### What needs to be done
For the material below, output exactly the span from the line with "#22=CARTESIAN_POINT('',(0.,0.,0.));" to the line with "#39=ADVANCED_FACE('',(#35),#38,.T.);", including both, and nothing besides.

### Working data
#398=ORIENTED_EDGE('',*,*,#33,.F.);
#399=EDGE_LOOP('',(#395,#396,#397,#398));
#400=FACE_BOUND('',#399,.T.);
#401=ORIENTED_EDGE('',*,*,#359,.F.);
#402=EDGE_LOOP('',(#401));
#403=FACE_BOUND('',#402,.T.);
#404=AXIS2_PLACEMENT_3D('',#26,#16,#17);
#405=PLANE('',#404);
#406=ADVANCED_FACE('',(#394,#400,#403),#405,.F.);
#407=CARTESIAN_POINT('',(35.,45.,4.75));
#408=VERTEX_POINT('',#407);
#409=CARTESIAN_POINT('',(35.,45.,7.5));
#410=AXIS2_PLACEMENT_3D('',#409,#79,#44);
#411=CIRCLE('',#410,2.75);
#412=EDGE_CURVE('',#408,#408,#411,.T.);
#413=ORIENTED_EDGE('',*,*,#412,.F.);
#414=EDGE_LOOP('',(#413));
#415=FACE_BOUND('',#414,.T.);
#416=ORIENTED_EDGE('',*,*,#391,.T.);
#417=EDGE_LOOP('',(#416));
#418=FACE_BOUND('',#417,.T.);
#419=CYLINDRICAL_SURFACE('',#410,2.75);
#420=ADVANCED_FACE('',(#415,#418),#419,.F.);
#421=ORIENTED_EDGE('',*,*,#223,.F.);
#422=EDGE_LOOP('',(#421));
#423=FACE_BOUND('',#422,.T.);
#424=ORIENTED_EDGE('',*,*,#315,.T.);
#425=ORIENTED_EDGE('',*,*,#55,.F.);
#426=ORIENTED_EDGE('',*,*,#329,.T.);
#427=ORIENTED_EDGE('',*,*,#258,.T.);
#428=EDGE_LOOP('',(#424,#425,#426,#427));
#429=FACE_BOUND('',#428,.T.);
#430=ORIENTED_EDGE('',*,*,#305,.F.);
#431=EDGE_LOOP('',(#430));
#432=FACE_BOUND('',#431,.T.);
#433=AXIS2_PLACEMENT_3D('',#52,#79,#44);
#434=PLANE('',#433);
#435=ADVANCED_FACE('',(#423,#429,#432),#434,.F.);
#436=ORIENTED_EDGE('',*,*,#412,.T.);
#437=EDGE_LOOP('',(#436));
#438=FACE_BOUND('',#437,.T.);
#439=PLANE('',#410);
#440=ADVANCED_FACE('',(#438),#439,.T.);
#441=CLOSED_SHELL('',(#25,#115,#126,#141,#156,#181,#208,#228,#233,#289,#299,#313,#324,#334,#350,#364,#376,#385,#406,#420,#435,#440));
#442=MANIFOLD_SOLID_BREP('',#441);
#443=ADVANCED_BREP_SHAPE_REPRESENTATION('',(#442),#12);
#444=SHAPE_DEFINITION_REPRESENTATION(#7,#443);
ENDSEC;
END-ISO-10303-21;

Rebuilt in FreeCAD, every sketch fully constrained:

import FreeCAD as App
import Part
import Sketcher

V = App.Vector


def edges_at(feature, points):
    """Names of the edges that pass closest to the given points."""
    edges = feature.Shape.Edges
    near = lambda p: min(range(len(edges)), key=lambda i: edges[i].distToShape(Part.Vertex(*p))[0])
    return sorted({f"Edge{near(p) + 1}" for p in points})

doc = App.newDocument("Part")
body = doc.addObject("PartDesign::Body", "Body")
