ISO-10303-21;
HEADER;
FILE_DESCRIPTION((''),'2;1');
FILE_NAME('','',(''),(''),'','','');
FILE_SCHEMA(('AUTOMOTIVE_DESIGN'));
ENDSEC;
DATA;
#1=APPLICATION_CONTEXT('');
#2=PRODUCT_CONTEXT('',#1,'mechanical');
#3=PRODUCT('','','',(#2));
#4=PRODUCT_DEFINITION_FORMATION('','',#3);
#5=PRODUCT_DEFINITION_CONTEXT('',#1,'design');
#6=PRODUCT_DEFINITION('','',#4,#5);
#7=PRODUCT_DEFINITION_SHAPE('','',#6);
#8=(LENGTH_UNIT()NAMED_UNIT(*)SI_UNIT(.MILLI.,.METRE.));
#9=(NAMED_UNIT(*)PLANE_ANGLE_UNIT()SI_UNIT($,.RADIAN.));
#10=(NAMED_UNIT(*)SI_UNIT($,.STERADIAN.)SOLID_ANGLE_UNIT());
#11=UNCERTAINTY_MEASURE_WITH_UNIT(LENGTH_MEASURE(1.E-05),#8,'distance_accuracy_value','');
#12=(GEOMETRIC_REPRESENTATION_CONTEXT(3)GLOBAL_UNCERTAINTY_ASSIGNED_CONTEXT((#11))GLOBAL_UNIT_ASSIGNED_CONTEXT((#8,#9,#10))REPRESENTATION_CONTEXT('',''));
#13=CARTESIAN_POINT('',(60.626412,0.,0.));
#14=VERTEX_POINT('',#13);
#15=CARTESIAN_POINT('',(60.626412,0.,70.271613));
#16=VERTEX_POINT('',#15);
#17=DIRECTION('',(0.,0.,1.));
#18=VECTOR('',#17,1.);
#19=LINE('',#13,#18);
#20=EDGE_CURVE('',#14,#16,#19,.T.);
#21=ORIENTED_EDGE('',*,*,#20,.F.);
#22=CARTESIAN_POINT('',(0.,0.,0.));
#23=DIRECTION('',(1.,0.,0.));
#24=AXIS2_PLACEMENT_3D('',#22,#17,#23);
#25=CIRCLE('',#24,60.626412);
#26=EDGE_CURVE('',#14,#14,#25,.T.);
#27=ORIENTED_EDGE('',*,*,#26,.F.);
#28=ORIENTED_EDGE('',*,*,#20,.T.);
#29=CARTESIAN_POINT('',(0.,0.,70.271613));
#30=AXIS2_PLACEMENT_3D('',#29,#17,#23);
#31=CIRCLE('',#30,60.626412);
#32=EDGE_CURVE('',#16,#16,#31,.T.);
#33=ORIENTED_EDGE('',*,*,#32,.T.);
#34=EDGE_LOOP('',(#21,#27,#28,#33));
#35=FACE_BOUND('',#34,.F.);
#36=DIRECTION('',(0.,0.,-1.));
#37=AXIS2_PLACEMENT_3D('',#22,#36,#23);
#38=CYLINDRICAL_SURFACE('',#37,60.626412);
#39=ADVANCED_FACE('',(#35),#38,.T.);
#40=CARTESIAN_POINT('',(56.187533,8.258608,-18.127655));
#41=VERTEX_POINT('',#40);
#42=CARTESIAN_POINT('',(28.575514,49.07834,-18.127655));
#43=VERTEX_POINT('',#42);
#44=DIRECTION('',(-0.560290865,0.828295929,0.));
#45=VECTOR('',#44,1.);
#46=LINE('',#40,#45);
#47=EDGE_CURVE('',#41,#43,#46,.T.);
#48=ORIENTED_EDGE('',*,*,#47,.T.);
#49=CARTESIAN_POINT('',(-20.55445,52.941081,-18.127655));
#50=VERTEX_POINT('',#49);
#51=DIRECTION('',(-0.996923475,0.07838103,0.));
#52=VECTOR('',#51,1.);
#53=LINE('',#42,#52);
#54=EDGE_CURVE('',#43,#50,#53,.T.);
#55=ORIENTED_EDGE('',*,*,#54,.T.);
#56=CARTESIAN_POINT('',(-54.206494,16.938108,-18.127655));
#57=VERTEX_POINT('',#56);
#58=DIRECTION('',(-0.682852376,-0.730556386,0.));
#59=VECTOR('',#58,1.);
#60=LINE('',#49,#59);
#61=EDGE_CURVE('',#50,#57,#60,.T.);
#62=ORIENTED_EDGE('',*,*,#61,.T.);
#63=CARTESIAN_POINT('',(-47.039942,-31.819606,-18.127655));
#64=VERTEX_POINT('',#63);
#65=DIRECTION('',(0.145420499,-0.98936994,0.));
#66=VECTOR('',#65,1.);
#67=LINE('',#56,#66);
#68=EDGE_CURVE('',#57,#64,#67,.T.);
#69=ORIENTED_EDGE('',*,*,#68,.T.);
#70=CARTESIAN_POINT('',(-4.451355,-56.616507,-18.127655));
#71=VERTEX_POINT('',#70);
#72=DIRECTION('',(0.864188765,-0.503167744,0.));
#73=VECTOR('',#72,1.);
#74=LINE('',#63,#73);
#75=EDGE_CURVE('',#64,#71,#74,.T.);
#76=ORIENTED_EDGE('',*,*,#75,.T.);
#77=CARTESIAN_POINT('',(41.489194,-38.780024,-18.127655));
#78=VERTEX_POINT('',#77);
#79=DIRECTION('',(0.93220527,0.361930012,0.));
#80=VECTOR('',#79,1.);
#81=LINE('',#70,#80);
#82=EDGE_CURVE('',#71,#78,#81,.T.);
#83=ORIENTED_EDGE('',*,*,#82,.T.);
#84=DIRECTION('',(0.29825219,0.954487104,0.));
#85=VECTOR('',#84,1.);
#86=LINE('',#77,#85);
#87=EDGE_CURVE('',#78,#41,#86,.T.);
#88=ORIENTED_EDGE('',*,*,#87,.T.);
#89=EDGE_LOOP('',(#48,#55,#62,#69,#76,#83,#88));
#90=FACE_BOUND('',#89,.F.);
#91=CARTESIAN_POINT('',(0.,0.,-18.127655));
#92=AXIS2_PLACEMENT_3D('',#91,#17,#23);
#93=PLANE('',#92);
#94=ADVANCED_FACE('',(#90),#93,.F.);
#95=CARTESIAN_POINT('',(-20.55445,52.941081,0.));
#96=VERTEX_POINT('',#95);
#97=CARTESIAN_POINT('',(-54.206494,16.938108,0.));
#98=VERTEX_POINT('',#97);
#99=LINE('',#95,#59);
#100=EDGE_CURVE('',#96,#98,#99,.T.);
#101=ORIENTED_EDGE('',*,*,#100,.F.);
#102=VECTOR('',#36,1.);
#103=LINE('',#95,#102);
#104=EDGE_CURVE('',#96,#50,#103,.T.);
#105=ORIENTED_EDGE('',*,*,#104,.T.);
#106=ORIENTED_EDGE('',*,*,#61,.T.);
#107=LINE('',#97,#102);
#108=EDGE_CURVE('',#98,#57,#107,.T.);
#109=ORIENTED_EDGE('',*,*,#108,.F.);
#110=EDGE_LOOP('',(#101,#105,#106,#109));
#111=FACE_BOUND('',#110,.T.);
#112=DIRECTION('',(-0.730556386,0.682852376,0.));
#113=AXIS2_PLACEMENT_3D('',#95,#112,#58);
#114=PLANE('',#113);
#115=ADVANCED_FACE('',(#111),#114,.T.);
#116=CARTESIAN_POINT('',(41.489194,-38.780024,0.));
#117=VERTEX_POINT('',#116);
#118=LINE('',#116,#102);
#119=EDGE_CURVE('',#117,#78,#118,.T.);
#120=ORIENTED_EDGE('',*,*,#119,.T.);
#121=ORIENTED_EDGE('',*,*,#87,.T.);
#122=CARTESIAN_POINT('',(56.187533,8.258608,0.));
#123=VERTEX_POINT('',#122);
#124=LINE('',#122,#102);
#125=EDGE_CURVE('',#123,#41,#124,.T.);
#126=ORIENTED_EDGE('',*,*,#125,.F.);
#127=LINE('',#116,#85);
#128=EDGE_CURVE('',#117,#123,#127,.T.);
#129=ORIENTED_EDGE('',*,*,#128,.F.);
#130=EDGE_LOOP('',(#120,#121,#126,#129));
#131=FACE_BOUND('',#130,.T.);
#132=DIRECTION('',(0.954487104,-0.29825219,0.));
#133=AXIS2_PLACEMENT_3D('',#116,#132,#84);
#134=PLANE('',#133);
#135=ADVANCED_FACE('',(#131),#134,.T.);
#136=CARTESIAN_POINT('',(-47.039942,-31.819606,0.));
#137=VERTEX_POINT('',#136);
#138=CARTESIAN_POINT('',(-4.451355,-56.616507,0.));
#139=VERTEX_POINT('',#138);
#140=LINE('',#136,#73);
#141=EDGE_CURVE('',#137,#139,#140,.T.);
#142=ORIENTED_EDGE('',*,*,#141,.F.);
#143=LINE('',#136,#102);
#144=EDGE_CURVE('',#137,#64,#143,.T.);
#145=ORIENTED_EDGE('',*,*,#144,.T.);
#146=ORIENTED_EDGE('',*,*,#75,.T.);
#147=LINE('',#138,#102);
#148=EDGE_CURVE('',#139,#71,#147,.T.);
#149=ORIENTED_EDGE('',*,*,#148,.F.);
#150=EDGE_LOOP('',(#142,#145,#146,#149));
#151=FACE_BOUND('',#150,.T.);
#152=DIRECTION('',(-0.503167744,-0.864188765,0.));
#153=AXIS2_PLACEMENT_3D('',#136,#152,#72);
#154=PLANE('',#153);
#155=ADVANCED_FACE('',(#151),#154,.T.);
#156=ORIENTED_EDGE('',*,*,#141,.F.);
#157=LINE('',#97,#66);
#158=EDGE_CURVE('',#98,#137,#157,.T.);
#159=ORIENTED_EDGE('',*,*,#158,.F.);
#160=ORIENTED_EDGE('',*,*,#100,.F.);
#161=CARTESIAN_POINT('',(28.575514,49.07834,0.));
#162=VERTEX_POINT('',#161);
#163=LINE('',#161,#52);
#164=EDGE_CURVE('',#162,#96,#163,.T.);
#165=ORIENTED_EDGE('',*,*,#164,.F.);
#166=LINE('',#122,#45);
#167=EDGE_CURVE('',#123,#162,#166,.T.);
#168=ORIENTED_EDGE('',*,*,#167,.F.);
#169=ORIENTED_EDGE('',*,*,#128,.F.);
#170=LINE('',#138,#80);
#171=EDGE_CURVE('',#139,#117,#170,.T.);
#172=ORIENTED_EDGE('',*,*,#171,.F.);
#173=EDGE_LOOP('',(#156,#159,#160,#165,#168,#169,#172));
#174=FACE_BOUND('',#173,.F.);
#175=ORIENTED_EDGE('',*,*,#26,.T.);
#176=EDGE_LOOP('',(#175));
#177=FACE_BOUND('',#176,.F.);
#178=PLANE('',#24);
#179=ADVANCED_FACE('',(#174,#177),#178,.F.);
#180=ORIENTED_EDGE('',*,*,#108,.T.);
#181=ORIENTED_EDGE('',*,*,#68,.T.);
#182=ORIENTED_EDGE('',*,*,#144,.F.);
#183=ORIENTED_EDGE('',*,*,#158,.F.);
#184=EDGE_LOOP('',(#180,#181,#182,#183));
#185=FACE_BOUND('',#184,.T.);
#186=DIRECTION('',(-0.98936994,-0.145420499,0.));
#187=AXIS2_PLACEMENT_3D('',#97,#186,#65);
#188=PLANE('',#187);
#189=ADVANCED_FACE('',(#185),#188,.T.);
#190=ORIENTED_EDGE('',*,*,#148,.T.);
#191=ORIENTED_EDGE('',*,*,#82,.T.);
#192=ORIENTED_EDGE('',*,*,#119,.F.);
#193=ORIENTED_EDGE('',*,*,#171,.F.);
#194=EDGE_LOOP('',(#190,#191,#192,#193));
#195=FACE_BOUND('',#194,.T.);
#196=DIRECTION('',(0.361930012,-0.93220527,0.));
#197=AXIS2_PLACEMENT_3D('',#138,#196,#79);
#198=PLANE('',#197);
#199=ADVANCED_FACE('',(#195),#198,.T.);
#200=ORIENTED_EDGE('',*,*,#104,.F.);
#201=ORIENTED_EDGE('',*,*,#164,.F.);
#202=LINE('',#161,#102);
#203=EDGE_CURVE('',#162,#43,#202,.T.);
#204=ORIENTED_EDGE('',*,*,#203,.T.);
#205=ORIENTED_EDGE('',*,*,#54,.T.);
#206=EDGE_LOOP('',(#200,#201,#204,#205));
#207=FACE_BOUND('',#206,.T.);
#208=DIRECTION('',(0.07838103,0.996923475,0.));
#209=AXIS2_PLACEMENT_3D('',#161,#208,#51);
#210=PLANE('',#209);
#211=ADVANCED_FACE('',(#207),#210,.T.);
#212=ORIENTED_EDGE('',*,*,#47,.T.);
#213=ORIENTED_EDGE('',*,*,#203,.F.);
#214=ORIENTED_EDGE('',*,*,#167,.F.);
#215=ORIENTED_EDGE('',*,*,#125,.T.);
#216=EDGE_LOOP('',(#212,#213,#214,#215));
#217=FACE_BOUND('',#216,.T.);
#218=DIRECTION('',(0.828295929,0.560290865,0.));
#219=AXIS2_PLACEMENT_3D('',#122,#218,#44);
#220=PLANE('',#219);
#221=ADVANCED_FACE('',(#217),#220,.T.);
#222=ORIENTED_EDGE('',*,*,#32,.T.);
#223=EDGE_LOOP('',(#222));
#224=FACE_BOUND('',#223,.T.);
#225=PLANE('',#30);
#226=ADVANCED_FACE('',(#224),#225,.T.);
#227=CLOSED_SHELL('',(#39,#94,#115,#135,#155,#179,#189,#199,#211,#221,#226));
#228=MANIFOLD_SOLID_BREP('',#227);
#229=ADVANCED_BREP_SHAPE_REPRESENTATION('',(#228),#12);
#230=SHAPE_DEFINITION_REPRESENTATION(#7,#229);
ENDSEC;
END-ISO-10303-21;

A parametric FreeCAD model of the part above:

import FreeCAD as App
import Part
import Sketcher

V = App.Vector
Q = App.Units.Quantity

doc = App.newDocument("Part")
body = doc.addObject("PartDesign::Body", "Body")

# Sketch on XY plane
sketch1 = body.newObject("Sketcher::SketchObject", "Sketch")
sketch1.AttachmentSupport = (doc.getObject("XY_Plane"), [""])
sketch1.MapMode = "FlatFace"
sketch1.addGeometry(Part.Circle(V(0, 0, 0), V(0, 0, 1), 61), False)
sketch1.addConstraint([
    Sketcher.Constraint("Coincident", 0, 3, -1, 1),
    Sketcher.Constraint("Diameter", 0, Q("121.252824 mm")),
])
pad1 = body.newObject("PartDesign::Pad", "Pad")
pad1.Profile = sketch1
pad1.Length = 70.271613

# Sketch on XY plane
sketch2 = body.newObject("Sketcher::SketchObject", "Sketch001")
sketch2.AttachmentSupport = (doc.getObject("XY_Plane"), [""])
sketch2.MapMode = "FlatFace"
sketch2.addGeometry([
    Part.LineSegment(V(-21, 53, 0), V(-54, 17, 0)),  # 0
    Part.LineSegment(V(-54, 17, 0), V(-47, -32, 0)),  # 1
    Part.LineSegment(V(-47, -32, 0), V(-4, -57, 0)),  # 2
    Part.LineSegment(V(-4, -57, 0), V(41, -39, 0)),  # 3
    Part.LineSegment(V(41, -39, 0), V(56, 8, 0)),  # 4
    Part.LineSegment(V(56, 8, 0), V(29, 49, 0)),  # 5
    Part.LineSegment(V(29, 49, 0), V(-21, 53, 0)),  # 6
], False)
sketch2.addConstraint([
    Sketcher.Constraint("Coincident", 0, 2, 1, 1),
    Sketcher.Constraint("Coincident", 1, 2, 2, 1),
    Sketcher.Constraint("Coincident", 2, 2, 3, 1),
    Sketcher.Constraint("Coincident", 3, 2, 4, 1),
    Sketcher.Constraint("Coincident", 4, 2, 5, 1),
    Sketcher.Constraint("Coincident", 5, 2, 6, 1),
    Sketcher.Constraint("Coincident", 6, 2, 0, 1),
    Sketcher.Constraint("Equal", 0, 1),
    Sketcher.Constraint("Equal", 1, 2),
    Sketcher.Constraint("Equal", 2, 3),
    Sketcher.Constraint("Equal", 3, 4),
    Sketcher.Constraint("Equal", 4, 5),
    Sketcher.Constraint("Equal", 5, 6),
    Sketcher.Constraint("DistanceY", 2, 2, 1, 2, Q("24.796901 mm")),
    Sketcher.Constraint("DistanceY", 4, 2, 0, 2, Q("8.6795 mm")),
    Sketcher.Constraint("Distance", 0, Q("49.28158 mm")),
    Sketcher.Constraint("DistanceY", -1, 1, 4, 2, Q("8.258608 mm")),
    Sketcher.Constraint("DistanceY", -1, 1, 5, 2, Q("49.07834 mm")),
    Sketcher.Constraint("DistanceX", 6, 2, -1, 1, Q("20.55445 mm")),
    Sketcher.Constraint("DistanceY", -1, 1, 6, 2, Q("52.941081 mm")),
    Sketcher.Constraint("DistanceX", 0, 2, 1, 2, Q("7.166552 mm")),
])
pad2 = body.newObject("PartDesign::Pad", "Pad001")
pad2.Profile = sketch2
pad2.Length = 18.127655
pad2.Reversed = True

doc.recompute()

### Result of the exercise
#22=CARTESIAN_POINT('',(0.,0.,0.));
#23=DIRECTION('',(1.,0.,0.));
#24=AXIS2_PLACEMENT_3D('',#22,#17,#23);
#25=CIRCLE('',#24,60.626412);
#26=EDGE_CURVE('',#14,#14,#25,.T.);
#27=ORIENTED_EDGE('',*,*,#26,.F.);
#28=ORIENTED_EDGE('',*,*,#20,.T.);
#29=CARTESIAN_POINT('',(0.,0.,70.271613));
#30=AXIS2_PLACEMENT_3D('',#29,#17,#23);
#31=CIRCLE('',#30,60.626412);
#32=EDGE_CURVE('',#16,#16,#31,.T.);
#33=ORIENTED_EDGE('',*,*,#32,.T.);
#34=EDGE_LOOP('',(#21,#27,#28,#33));
#35=FACE_BOUND('',#34,.F.);
#36=DIRECTION('',(0.,0.,-1.));
#37=AXIS2_PLACEMENT_3D('',#22,#36,#23);
#38=CYLINDRICAL_SURFACE('',#37,60.626412);
#39=ADVANCED_FACE('',(#35),#38,.T.);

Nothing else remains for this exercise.